# What you should do
Please give back, word for word, only the lines starting at the one containing "f 13 208 246" and ending at the one containing "f 211 209 96" within the material below.
Provided information: Begin
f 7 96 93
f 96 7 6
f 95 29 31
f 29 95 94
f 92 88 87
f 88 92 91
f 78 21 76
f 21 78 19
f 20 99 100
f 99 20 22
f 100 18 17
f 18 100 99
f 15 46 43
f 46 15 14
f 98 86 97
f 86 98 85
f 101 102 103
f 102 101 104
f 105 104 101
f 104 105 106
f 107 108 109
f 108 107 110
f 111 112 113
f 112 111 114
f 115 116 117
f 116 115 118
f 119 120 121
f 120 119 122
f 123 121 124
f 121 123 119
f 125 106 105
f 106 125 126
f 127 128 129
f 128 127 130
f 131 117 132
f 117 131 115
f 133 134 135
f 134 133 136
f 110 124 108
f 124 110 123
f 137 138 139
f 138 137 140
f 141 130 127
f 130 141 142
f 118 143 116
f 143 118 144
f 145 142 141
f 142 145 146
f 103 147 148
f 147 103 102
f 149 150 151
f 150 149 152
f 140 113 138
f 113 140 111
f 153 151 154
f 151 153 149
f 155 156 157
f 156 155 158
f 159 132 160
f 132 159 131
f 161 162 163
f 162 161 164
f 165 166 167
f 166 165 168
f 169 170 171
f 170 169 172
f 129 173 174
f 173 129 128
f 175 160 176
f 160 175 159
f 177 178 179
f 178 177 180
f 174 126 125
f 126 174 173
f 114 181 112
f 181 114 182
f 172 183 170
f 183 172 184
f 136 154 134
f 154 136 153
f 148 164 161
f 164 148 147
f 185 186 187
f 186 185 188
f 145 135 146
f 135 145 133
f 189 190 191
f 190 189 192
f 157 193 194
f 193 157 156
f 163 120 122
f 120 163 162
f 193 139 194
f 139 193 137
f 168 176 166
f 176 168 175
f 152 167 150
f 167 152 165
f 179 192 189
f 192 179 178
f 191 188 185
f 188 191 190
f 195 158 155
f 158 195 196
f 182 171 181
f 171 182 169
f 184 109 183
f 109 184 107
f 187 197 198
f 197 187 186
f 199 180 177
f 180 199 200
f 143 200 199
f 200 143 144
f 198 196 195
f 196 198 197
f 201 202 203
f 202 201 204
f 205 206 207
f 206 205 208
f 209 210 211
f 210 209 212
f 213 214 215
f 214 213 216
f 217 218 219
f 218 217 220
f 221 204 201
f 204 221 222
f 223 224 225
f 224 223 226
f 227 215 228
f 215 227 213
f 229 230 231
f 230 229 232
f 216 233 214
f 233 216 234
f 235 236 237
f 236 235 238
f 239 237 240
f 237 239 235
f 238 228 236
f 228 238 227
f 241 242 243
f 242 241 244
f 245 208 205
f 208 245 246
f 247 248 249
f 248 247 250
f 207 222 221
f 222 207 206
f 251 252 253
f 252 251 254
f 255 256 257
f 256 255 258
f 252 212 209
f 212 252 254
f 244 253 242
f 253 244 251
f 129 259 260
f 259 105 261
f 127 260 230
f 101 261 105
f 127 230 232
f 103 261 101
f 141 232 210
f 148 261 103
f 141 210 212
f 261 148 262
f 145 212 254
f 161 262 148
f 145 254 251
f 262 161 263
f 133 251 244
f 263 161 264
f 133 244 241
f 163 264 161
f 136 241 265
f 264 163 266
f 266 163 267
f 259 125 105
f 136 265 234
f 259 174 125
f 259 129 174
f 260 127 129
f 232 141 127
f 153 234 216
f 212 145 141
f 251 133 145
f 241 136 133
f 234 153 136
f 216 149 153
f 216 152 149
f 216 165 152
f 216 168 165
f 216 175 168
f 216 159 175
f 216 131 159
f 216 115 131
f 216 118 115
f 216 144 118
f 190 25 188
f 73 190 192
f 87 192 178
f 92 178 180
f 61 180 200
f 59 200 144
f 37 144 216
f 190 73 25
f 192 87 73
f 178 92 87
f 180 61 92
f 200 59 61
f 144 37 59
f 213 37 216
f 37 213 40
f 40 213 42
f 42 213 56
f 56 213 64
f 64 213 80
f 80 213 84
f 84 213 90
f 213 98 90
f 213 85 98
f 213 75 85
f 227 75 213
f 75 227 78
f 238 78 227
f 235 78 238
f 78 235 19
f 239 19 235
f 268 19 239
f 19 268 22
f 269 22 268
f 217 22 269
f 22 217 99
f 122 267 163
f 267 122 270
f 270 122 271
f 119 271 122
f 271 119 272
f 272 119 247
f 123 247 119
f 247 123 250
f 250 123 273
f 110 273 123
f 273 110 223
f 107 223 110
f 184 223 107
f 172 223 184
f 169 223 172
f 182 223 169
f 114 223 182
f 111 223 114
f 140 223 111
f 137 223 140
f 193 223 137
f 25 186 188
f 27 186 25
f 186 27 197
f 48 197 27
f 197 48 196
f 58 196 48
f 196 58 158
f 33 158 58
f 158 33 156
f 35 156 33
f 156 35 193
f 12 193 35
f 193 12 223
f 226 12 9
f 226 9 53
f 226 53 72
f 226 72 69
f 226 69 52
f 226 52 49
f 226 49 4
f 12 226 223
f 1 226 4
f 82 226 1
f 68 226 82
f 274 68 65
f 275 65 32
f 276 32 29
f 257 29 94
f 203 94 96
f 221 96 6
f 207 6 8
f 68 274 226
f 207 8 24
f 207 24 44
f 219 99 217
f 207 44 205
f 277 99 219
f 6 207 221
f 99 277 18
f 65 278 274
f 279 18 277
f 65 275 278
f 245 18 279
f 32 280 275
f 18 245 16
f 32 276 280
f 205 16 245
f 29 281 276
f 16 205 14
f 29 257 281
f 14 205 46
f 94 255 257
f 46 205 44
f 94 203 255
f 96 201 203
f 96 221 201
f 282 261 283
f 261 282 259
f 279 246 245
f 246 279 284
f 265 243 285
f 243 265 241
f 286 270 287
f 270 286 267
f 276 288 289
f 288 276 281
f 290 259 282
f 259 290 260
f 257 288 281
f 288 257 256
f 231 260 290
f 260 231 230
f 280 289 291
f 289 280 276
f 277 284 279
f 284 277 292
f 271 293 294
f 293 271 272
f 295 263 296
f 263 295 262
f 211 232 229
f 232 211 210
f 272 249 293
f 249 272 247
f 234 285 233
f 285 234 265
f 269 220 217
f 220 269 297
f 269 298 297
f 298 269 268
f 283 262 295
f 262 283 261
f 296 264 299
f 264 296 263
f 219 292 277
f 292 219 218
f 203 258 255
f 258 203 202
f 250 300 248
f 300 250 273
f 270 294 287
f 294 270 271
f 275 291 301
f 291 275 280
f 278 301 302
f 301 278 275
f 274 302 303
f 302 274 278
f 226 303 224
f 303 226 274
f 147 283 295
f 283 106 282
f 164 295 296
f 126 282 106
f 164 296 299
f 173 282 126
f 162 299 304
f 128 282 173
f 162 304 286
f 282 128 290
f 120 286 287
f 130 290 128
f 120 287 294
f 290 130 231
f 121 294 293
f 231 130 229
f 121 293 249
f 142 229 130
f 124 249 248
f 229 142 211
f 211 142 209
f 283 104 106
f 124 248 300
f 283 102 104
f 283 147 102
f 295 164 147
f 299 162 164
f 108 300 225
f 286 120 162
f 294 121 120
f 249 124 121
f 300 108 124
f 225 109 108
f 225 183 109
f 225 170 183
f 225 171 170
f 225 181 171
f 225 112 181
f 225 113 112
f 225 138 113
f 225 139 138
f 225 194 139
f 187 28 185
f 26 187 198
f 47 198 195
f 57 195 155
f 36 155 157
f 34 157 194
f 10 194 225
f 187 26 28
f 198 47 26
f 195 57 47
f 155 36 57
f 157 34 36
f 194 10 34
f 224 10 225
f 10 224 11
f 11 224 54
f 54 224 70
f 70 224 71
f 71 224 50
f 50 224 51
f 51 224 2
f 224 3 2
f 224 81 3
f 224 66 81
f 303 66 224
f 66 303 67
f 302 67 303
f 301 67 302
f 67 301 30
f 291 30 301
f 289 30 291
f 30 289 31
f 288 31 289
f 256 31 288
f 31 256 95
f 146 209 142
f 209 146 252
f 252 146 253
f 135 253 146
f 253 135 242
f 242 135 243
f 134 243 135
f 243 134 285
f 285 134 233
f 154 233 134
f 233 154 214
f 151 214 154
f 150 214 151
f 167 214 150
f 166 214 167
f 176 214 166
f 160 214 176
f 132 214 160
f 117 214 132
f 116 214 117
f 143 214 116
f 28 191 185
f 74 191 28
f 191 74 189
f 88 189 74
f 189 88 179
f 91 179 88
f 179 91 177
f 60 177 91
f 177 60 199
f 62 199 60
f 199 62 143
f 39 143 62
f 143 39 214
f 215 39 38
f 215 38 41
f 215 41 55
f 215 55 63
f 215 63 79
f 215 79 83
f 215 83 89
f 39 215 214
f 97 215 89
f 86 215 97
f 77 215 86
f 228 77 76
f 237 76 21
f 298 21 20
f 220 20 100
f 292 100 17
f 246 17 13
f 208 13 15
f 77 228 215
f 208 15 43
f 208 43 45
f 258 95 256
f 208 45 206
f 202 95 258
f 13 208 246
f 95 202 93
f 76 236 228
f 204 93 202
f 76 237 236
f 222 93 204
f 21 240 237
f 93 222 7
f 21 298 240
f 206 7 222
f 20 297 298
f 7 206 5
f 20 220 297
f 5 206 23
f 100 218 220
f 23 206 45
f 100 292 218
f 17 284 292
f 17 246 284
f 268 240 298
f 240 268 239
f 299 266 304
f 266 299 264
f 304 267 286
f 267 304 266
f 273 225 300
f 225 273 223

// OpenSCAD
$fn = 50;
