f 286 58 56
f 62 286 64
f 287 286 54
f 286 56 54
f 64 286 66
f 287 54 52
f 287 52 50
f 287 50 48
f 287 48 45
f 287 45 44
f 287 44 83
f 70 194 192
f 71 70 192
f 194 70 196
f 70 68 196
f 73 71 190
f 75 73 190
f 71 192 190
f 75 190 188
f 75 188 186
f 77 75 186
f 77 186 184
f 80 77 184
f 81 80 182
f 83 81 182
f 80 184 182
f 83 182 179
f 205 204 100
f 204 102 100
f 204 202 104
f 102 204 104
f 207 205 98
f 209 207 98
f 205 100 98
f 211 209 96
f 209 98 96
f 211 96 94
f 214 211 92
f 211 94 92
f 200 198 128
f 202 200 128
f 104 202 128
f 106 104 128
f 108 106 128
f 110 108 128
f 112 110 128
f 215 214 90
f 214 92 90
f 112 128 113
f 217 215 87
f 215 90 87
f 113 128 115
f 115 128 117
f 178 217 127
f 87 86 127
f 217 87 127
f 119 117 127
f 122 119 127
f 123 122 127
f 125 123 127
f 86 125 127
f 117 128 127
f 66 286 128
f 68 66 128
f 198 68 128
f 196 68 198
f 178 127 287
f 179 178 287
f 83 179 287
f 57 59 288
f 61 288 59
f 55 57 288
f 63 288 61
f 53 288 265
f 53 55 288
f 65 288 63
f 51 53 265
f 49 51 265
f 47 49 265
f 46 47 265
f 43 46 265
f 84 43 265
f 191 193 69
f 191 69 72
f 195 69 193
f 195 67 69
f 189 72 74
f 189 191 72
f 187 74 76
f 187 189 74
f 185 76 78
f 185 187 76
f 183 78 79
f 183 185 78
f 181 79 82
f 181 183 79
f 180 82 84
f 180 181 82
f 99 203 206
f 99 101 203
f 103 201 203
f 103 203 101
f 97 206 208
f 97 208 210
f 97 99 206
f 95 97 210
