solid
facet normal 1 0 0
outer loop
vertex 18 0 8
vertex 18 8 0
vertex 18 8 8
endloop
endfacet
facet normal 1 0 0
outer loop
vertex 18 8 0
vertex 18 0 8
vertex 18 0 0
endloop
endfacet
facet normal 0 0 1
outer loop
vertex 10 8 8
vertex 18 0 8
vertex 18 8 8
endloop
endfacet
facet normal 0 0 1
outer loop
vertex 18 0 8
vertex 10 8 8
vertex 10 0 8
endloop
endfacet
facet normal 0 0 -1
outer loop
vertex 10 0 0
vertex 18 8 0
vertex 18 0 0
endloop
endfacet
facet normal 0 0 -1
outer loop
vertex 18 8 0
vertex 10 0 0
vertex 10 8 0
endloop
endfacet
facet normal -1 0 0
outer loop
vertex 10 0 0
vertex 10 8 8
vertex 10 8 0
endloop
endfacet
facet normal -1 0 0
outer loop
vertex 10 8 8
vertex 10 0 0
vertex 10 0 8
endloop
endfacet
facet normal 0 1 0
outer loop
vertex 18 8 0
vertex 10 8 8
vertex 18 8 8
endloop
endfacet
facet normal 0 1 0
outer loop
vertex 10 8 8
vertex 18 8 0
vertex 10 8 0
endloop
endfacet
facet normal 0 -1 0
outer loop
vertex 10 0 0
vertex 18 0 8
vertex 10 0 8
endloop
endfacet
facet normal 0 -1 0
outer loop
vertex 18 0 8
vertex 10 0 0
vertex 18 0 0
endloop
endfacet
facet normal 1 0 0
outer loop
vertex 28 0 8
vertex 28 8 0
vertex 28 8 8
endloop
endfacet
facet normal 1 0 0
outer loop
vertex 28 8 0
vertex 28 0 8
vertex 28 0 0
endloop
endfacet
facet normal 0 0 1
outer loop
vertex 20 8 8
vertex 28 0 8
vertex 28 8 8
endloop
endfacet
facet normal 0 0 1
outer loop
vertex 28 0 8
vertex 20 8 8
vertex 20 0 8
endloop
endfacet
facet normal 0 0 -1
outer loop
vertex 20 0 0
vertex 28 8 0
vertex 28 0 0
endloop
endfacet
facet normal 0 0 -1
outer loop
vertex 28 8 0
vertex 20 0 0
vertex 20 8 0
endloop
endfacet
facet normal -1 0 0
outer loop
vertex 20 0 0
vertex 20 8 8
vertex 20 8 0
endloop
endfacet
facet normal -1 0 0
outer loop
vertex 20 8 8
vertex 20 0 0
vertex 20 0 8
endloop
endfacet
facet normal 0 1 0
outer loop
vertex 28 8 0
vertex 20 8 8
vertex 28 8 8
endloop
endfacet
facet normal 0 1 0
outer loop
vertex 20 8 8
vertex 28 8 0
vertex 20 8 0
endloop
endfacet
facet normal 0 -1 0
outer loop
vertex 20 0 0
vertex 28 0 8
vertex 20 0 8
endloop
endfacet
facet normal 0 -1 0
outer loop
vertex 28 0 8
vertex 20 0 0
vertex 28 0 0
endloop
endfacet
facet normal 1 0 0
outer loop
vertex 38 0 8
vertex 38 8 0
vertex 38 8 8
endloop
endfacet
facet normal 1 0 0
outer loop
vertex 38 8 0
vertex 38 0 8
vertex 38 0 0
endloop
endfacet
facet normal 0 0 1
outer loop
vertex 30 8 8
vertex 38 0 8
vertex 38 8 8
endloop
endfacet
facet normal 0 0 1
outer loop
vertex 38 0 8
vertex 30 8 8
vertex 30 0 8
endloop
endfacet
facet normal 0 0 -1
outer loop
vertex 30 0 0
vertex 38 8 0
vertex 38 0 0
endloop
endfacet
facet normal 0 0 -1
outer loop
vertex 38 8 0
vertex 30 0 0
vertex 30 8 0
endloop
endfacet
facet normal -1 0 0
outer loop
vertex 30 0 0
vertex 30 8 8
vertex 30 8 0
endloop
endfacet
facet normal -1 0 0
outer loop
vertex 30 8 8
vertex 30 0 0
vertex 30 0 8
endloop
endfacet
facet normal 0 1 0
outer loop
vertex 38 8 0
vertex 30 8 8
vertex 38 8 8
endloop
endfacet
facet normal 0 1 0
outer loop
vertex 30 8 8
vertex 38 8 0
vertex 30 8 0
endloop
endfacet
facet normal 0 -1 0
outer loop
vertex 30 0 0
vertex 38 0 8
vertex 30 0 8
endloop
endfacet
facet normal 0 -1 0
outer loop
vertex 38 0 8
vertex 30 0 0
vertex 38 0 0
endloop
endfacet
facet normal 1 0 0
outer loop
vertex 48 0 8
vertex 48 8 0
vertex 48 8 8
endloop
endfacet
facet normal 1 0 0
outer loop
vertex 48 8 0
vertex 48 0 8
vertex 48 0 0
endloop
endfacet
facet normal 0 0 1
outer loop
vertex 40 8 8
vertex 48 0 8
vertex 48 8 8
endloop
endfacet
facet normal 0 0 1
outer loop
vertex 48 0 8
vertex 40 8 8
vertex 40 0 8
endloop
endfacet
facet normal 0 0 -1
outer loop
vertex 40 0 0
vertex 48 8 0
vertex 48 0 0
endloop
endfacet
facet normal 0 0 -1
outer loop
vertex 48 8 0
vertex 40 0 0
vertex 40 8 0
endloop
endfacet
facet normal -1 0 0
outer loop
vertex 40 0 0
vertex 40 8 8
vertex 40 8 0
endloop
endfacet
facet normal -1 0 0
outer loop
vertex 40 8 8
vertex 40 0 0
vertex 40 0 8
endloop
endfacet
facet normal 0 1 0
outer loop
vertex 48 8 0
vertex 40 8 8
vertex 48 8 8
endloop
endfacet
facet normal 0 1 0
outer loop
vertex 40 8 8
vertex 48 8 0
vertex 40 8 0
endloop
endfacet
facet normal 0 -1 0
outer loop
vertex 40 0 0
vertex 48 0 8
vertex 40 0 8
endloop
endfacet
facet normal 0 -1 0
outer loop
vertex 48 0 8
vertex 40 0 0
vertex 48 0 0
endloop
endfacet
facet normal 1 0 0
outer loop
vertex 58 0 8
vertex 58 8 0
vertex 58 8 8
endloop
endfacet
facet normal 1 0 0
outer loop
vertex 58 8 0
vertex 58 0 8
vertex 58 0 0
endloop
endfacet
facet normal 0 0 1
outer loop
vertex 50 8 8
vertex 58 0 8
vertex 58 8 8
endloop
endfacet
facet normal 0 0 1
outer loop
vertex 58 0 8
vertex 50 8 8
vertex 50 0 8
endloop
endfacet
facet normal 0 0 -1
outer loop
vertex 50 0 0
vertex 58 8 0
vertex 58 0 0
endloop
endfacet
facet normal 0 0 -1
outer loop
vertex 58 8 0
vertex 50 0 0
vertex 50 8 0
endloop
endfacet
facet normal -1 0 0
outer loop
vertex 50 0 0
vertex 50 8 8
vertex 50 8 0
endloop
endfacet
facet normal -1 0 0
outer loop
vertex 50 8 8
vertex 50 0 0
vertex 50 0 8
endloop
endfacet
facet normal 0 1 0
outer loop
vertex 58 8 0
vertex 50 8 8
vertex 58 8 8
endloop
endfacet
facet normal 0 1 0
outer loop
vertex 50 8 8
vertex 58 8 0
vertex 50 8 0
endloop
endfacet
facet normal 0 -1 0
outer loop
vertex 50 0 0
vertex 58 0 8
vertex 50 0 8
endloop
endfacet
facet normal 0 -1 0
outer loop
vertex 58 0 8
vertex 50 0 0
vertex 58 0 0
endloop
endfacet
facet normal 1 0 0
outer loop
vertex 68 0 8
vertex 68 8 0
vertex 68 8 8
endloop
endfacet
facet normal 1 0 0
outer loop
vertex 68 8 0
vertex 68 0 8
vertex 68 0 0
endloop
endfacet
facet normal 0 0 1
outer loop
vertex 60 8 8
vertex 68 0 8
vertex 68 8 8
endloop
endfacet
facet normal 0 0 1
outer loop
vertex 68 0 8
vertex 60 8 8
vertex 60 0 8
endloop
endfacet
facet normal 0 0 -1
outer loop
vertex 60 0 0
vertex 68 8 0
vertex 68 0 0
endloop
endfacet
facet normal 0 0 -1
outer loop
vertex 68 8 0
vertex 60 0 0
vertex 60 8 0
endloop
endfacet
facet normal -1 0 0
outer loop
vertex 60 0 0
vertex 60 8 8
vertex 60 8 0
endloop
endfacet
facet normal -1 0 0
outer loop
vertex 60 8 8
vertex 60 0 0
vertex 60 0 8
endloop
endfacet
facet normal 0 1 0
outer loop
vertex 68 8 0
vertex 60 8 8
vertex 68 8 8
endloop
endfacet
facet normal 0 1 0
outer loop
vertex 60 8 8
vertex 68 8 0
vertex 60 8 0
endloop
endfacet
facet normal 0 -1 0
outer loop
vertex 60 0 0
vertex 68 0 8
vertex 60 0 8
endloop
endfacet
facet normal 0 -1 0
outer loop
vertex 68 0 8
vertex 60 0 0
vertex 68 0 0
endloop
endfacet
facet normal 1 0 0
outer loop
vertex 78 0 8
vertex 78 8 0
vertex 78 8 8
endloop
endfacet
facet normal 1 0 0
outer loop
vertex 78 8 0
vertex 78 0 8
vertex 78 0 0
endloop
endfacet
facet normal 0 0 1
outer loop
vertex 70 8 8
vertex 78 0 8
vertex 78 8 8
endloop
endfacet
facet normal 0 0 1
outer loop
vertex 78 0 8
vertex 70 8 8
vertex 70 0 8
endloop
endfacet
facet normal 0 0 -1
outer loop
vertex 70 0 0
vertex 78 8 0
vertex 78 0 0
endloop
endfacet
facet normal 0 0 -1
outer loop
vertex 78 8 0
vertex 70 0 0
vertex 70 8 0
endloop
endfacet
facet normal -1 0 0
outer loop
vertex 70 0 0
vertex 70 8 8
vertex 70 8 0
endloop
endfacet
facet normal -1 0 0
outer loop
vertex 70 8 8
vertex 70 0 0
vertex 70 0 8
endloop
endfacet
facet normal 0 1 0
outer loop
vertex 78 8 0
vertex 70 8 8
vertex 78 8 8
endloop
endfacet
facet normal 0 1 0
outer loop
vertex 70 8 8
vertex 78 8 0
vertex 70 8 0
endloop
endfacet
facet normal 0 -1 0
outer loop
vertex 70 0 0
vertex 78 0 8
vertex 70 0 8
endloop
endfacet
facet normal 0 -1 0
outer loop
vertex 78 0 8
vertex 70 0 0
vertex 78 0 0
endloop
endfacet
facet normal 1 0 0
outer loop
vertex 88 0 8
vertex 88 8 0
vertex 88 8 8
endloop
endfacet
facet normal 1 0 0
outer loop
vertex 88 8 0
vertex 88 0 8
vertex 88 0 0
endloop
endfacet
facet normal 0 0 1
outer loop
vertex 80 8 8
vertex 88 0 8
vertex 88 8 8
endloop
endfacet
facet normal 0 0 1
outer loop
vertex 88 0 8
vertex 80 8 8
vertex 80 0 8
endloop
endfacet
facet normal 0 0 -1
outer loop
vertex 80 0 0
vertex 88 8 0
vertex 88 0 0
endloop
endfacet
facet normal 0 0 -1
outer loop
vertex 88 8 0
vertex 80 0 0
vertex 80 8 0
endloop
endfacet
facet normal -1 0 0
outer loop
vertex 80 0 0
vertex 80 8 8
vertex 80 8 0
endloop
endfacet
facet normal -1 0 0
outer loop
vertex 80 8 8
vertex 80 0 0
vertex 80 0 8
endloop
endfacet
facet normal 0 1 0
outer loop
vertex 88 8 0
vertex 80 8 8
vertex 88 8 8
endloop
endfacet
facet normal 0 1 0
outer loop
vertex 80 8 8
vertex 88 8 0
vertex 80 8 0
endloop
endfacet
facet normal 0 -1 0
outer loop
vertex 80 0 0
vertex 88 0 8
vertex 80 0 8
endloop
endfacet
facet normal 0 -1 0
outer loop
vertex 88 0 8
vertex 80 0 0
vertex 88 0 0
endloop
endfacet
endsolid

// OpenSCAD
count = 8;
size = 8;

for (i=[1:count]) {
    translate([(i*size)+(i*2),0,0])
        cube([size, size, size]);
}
Provided information: End
# Result of the task
f 13 208 246
f 95 202 93
f 76 236 228
f 204 93 202
f 76 237 236
f 222 93 204
f 21 240 237
f 93 222 7
f 21 298 240
f 206 7 222
f 20 297 298
f 7 206 5
f 20 220 297
f 5 206 23
f 100 218 220
f 23 206 45
f 100 292 218
f 17 284 292
f 17 246 284
f 268 240 298
f 240 268 239
f 299 266 304
f 266 299 264
f 304 267 286
f 267 304 266
f 273 225 300
f 225 273 223

// OpenSCAD
$fn = 50;
f 286 58 56
f 62 286 64
f 287 286 54
f 286 56 54
f 64 286 66
f 287 54 52
f 287 52 50
f 287 50 48
f 287 48 45
f 287 45 44
f 287 44 83
f 70 194 192
f 71 70 192
f 194 70 196
f 70 68 196
f 73 71 190
f 75 73 190
f 71 192 190
f 75 190 188
f 75 188 186
f 77 75 186
f 77 186 184
f 80 77 184
f 81 80 182
f 83 81 182
f 80 184 182
f 83 182 179
f 205 204 100
f 204 102 100
f 204 202 104
f 102 204 104
f 207 205 98
f 209 207 98
f 205 100 98
f 211 209 96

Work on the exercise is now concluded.